Dataset entries

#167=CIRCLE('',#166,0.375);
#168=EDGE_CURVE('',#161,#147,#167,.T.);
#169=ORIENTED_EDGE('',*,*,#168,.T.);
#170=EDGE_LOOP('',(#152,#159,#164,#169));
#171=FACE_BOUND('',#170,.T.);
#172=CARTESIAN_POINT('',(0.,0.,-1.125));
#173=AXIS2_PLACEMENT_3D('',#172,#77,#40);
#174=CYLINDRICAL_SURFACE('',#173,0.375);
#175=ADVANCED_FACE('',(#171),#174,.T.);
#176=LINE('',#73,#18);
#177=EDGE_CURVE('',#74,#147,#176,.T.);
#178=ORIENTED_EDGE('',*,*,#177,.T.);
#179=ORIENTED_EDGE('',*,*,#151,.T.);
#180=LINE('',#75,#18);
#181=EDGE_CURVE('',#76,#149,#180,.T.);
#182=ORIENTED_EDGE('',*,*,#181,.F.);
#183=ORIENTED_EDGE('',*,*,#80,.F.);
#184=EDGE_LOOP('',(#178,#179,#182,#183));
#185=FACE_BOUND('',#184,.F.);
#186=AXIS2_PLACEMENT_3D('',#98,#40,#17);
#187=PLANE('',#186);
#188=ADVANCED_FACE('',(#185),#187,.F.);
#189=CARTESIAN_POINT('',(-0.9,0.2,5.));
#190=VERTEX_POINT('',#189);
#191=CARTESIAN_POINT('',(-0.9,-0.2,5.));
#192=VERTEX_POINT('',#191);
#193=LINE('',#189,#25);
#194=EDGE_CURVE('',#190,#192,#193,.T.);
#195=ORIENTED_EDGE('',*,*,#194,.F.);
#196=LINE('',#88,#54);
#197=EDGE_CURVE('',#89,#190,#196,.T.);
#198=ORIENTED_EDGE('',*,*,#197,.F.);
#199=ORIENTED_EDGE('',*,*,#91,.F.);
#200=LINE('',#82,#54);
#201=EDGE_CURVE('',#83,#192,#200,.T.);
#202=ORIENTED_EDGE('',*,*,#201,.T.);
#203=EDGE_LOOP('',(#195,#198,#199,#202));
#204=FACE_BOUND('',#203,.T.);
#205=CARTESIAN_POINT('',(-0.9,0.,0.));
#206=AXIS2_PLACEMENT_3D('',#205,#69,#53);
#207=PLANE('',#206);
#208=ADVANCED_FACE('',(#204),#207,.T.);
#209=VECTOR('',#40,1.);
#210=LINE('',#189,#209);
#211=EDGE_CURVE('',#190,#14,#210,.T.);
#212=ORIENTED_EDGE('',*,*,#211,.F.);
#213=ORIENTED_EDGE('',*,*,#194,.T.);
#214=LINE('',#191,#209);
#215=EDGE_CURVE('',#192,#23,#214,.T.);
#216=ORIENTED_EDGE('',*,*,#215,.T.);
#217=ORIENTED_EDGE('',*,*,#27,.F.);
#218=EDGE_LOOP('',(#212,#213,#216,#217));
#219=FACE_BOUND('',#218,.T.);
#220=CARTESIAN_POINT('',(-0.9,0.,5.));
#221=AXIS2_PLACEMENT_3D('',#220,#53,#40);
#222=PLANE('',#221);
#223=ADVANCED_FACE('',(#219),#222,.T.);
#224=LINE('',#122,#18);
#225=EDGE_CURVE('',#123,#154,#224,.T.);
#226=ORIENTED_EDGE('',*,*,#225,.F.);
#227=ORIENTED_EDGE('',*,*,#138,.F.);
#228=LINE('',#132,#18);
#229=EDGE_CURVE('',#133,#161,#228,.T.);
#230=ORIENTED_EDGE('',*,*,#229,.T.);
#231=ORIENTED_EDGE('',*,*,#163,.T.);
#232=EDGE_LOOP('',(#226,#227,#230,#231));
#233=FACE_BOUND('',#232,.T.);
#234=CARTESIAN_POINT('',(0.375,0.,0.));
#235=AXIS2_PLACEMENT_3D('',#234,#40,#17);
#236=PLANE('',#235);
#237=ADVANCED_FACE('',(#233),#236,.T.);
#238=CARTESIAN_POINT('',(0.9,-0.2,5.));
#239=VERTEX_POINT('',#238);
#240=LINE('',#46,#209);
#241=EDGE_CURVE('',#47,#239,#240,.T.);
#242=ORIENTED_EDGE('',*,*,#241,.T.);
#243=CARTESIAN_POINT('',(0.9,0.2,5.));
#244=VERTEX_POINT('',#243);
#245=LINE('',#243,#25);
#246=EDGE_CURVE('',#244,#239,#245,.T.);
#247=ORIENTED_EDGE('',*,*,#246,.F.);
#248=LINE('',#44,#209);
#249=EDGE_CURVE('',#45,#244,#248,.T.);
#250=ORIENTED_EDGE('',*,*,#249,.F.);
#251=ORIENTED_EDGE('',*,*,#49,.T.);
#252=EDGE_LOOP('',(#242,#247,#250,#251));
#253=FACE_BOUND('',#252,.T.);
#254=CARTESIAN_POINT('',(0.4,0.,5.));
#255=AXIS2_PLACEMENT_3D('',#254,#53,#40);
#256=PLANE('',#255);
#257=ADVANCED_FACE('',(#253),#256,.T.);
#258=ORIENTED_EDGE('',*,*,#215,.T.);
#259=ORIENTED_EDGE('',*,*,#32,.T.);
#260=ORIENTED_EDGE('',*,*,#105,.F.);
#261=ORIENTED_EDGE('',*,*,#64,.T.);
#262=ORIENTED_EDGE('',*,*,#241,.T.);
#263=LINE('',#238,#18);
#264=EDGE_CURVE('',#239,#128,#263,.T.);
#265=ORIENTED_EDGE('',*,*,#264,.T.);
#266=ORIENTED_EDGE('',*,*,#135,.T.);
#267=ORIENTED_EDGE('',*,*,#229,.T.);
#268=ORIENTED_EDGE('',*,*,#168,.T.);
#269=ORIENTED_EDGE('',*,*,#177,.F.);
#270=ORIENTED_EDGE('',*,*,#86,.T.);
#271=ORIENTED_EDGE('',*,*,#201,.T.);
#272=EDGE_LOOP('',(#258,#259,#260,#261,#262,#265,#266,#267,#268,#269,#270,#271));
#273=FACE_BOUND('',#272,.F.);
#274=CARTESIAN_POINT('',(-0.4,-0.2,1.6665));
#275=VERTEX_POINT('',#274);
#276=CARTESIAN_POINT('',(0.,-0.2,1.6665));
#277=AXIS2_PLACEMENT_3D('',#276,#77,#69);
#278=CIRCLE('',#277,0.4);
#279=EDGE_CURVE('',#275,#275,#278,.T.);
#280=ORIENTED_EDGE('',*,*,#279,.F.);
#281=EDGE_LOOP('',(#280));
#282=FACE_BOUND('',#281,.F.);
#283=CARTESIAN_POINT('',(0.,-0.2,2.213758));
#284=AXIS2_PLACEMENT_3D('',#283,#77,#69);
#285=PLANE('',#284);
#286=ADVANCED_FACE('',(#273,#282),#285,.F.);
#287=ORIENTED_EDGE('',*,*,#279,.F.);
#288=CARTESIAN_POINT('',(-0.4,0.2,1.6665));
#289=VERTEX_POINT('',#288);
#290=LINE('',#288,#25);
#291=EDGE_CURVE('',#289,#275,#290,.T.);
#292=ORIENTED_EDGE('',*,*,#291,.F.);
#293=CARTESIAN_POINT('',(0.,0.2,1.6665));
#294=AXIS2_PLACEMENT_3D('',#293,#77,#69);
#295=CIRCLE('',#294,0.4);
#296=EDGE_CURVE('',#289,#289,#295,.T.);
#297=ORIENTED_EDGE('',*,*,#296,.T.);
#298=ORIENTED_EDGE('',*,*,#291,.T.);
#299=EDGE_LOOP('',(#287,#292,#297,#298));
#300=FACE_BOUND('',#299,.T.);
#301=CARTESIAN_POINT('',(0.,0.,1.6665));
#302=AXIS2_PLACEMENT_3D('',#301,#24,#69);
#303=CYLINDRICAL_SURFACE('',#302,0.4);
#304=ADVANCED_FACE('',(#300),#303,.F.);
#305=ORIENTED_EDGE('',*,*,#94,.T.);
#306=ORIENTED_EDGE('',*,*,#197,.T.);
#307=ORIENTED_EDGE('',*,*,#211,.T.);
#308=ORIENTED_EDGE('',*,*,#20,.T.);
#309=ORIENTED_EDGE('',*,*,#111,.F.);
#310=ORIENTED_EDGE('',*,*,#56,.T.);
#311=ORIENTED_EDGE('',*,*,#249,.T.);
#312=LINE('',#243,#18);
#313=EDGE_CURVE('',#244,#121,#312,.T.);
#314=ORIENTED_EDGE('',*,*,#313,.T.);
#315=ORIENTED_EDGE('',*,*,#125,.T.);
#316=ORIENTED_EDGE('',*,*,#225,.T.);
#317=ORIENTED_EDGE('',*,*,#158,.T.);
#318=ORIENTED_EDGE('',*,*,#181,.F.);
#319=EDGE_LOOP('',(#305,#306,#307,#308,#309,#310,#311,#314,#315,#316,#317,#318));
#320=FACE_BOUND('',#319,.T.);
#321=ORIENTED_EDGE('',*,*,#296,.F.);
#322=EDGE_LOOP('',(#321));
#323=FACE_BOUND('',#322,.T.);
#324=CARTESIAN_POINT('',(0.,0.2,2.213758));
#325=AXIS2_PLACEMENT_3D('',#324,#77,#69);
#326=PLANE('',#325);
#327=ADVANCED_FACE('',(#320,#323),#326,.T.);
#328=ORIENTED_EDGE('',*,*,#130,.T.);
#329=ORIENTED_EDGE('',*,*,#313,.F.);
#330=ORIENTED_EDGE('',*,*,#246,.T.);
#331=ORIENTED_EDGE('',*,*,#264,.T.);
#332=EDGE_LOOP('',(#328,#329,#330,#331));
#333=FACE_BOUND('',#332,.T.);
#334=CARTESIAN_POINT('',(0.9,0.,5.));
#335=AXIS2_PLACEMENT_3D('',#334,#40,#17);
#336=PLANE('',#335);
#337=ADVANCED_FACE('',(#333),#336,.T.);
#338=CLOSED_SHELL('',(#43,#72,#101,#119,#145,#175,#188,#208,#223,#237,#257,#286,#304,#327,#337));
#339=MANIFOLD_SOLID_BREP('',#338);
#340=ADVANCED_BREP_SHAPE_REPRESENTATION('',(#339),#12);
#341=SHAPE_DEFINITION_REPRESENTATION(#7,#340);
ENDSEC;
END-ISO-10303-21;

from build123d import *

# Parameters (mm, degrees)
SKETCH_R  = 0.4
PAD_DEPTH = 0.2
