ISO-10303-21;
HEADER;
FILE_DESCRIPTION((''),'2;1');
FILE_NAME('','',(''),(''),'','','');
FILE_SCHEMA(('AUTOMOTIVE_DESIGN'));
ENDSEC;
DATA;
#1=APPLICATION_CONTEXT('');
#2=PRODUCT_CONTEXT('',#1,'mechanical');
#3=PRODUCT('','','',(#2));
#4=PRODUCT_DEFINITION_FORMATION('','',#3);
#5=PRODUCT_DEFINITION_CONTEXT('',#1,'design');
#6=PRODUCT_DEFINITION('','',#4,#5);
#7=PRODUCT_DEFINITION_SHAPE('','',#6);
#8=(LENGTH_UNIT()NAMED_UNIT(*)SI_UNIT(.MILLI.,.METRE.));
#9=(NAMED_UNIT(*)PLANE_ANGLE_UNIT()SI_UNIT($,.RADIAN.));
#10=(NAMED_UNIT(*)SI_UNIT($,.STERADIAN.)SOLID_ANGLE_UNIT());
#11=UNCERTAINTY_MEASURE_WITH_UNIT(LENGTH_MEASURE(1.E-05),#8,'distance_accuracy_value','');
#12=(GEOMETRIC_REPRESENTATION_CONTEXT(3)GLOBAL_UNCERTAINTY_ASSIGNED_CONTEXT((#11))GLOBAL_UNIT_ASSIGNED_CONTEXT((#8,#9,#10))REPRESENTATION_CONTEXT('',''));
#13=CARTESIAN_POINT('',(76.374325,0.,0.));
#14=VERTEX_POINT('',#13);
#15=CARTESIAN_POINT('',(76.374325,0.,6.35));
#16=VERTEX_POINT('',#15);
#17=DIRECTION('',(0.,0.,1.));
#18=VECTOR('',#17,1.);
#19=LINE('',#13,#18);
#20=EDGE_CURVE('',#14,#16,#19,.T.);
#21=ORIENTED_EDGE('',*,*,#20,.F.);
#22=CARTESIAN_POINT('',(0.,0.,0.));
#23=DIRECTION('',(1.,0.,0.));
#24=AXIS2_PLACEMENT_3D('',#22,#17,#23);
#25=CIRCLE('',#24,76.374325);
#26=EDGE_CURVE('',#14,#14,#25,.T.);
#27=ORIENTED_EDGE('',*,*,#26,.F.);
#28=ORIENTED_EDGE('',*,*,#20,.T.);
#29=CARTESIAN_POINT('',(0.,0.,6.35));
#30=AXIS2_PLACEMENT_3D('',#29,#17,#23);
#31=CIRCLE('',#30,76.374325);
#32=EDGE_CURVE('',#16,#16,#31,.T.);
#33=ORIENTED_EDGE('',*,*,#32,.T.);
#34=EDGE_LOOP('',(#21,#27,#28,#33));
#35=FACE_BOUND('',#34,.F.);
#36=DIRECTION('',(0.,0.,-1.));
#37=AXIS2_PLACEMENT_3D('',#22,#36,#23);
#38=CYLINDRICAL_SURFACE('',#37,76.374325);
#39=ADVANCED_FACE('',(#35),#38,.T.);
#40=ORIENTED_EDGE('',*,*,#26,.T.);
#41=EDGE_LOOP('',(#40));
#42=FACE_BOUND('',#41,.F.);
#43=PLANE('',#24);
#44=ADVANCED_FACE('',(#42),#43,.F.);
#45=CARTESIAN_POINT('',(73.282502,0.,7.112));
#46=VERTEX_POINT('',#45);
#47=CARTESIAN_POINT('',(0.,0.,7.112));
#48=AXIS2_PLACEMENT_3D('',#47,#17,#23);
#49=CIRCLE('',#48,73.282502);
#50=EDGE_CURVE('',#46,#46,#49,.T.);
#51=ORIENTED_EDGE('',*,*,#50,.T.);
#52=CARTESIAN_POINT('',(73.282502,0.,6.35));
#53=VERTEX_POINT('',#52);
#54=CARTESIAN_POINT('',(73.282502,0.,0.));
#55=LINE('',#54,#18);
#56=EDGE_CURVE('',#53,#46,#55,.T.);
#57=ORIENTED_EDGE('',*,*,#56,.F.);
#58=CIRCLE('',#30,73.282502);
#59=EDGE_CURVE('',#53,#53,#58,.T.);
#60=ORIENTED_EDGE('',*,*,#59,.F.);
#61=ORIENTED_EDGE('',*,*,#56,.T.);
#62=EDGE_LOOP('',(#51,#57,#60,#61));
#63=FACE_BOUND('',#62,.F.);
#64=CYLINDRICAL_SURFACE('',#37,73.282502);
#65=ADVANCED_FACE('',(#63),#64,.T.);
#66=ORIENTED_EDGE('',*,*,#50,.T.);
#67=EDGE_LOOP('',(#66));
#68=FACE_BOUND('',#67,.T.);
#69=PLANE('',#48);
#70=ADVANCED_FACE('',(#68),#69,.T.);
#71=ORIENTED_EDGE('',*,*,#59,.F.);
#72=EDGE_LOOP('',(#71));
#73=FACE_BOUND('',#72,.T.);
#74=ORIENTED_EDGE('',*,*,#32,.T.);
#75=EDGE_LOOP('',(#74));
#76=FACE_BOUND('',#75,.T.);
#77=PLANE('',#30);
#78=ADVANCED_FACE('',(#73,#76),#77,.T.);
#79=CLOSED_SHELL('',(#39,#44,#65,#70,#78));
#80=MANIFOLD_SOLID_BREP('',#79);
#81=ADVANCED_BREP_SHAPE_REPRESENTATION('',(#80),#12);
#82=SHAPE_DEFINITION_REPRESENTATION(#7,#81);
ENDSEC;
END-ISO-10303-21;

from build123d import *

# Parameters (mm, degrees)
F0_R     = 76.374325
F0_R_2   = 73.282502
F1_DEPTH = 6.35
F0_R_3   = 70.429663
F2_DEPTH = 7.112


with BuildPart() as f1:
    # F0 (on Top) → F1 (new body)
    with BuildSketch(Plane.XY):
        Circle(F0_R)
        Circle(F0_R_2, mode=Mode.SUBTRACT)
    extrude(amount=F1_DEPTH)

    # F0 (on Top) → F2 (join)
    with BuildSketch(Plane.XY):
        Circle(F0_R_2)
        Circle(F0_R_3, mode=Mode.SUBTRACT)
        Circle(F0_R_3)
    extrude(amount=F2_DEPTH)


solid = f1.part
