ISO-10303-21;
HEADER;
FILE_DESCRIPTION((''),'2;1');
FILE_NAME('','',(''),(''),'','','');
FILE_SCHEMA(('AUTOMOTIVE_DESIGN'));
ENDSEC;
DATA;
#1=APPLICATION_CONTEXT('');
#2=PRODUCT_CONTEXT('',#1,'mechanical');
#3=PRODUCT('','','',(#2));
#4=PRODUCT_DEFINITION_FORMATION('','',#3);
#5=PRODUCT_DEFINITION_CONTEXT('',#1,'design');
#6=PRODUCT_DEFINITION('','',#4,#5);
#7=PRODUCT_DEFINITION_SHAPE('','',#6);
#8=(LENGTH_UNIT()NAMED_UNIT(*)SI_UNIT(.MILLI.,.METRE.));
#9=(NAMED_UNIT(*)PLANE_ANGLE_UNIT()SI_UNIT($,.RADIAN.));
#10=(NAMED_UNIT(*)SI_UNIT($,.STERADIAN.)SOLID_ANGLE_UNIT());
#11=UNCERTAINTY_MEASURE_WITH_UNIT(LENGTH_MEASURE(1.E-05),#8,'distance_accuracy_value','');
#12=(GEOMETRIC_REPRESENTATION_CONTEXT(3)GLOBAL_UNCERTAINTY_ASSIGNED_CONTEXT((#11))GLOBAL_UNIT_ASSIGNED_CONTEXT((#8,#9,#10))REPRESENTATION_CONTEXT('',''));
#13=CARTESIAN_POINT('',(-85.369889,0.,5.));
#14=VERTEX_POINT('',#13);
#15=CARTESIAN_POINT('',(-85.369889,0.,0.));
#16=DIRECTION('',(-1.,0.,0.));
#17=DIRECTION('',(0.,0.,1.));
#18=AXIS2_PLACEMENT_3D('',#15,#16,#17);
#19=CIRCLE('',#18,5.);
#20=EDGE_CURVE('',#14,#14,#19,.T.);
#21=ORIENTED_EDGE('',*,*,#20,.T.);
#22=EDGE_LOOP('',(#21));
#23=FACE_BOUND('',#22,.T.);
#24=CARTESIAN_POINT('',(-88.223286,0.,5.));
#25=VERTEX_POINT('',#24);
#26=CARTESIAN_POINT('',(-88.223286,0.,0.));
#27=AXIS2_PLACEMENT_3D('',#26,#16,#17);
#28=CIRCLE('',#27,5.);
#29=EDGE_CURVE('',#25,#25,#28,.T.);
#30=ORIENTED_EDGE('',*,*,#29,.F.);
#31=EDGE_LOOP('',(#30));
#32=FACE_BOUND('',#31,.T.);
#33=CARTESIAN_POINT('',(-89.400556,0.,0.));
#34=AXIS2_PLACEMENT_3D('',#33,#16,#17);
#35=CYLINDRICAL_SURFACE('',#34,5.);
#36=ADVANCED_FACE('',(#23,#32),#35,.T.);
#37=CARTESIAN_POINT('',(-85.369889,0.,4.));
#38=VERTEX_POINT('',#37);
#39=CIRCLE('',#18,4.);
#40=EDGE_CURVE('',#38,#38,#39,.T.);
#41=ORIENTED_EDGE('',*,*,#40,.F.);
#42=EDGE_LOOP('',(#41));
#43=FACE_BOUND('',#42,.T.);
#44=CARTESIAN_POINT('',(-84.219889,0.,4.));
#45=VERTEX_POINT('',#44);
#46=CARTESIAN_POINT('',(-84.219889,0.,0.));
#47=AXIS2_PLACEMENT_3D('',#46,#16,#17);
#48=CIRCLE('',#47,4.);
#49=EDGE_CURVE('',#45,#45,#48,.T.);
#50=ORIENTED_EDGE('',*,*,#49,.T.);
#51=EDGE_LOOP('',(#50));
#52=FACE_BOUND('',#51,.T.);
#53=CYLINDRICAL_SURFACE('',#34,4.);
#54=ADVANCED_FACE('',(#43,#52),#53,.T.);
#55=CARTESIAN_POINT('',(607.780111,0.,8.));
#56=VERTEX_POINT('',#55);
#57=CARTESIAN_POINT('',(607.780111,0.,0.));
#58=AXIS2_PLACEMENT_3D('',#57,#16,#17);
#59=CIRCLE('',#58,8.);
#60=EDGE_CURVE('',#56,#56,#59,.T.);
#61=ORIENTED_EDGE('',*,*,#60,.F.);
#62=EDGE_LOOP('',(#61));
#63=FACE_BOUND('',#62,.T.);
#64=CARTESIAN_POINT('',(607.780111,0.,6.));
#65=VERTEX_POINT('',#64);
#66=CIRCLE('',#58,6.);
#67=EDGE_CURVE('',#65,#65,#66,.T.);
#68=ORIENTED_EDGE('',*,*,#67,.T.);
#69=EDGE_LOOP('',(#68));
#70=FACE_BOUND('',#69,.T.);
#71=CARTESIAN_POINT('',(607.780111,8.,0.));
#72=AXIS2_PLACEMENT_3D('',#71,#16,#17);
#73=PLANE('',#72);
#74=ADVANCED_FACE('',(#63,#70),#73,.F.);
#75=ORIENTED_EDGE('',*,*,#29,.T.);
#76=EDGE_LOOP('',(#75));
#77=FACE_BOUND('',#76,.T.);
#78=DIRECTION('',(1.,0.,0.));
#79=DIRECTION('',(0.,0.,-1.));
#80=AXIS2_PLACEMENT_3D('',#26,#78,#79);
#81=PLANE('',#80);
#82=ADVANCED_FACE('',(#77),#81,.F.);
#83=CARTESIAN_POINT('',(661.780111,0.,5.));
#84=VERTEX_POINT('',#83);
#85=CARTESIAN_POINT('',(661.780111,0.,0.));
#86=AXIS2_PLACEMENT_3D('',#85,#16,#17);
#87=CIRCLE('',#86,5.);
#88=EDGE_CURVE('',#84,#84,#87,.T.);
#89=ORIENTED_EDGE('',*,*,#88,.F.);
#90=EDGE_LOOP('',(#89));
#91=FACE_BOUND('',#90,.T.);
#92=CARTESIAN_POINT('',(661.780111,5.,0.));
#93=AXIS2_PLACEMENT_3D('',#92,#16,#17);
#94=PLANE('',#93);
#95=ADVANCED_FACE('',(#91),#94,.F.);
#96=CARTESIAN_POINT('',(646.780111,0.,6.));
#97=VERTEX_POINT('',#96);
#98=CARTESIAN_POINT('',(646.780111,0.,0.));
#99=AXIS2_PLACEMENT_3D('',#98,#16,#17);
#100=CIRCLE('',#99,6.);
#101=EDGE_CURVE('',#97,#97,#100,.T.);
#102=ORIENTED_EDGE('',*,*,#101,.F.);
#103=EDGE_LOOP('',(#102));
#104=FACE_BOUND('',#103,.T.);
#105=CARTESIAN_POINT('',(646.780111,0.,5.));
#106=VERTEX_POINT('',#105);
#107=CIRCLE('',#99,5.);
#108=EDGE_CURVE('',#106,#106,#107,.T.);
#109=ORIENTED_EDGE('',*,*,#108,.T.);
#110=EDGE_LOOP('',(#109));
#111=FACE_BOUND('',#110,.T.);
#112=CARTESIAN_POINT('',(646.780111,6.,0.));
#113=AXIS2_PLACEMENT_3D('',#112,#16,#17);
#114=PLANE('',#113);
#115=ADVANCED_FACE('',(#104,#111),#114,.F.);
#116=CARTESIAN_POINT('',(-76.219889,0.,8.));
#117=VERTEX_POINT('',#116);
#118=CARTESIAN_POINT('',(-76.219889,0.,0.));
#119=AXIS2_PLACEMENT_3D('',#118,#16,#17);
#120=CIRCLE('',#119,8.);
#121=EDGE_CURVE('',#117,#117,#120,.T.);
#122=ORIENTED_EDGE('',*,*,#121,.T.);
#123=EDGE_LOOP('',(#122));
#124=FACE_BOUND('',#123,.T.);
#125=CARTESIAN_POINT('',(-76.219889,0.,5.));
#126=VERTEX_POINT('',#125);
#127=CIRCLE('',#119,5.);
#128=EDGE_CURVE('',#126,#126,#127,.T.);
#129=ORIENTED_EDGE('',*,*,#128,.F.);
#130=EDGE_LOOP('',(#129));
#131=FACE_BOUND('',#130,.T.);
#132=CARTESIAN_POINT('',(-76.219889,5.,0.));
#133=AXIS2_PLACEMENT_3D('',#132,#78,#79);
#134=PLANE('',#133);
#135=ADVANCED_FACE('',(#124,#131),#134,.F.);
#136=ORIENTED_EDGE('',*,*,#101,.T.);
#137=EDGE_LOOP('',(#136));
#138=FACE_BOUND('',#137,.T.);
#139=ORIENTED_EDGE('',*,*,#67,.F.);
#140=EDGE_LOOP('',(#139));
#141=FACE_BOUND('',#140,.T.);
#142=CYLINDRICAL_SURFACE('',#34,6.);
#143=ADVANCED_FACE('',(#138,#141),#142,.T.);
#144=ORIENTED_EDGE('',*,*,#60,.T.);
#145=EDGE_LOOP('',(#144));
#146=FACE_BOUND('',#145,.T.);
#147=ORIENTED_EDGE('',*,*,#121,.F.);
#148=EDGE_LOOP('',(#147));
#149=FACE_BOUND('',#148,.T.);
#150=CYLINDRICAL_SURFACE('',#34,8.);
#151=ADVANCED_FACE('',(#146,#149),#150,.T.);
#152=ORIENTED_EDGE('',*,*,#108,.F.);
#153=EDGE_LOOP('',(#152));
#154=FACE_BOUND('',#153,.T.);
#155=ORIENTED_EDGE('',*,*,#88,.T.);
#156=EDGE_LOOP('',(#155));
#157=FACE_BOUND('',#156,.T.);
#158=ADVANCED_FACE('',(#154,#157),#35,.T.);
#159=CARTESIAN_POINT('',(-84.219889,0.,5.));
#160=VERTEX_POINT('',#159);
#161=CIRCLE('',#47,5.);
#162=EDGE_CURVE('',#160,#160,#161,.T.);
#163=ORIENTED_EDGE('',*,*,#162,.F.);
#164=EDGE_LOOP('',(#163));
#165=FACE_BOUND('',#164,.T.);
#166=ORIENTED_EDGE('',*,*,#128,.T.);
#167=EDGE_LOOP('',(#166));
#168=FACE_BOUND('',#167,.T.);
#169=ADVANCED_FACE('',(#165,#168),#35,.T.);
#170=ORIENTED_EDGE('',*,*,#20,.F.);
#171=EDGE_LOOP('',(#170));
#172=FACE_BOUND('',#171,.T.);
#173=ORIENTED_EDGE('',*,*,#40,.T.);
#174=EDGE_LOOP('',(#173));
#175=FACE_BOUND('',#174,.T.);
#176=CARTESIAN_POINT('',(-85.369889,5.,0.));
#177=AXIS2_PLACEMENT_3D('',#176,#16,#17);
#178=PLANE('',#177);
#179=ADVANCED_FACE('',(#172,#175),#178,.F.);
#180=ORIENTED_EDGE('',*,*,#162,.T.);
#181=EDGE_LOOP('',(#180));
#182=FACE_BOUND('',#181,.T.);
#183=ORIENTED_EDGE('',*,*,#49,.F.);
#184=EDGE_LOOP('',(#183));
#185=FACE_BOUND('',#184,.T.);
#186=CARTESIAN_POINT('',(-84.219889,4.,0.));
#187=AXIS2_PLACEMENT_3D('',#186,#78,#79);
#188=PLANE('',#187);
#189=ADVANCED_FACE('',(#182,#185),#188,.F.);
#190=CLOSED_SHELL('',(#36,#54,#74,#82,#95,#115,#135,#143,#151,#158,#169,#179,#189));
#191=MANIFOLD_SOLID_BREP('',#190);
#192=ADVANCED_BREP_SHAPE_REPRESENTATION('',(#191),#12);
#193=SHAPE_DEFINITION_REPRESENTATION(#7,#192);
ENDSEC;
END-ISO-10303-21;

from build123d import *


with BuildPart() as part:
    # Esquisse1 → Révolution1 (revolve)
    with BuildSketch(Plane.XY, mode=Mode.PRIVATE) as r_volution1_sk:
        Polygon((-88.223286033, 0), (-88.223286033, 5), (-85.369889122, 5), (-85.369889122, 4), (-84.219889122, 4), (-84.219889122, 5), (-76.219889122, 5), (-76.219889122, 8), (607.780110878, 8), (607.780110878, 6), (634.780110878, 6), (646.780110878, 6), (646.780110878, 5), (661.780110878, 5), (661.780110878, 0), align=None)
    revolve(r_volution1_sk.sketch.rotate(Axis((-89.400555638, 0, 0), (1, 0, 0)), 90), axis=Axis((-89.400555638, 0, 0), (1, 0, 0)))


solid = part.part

Work instruction> Give only the lines from the one holding "#87=CIRCLE('',#86,5.);" through the one holding "#99=AXIS2_PLACEMENT_3D('',#98,#16,#17);", each restated exactly as it appears above.

Your response>
#87=CIRCLE('',#86,5.);
#88=EDGE_CURVE('',#84,#84,#87,.T.);
#89=ORIENTED_EDGE('',*,*,#88,.F.);
#90=EDGE_LOOP('',(#89));
#91=FACE_BOUND('',#90,.T.);
#92=CARTESIAN_POINT('',(661.780111,5.,0.));
#93=AXIS2_PLACEMENT_3D('',#92,#16,#17);
#94=PLANE('',#93);
#95=ADVANCED_FACE('',(#91),#94,.F.);
#96=CARTESIAN_POINT('',(646.780111,0.,6.));
#97=VERTEX_POINT('',#96);
#98=CARTESIAN_POINT('',(646.780111,0.,0.));
#99=AXIS2_PLACEMENT_3D('',#98,#16,#17);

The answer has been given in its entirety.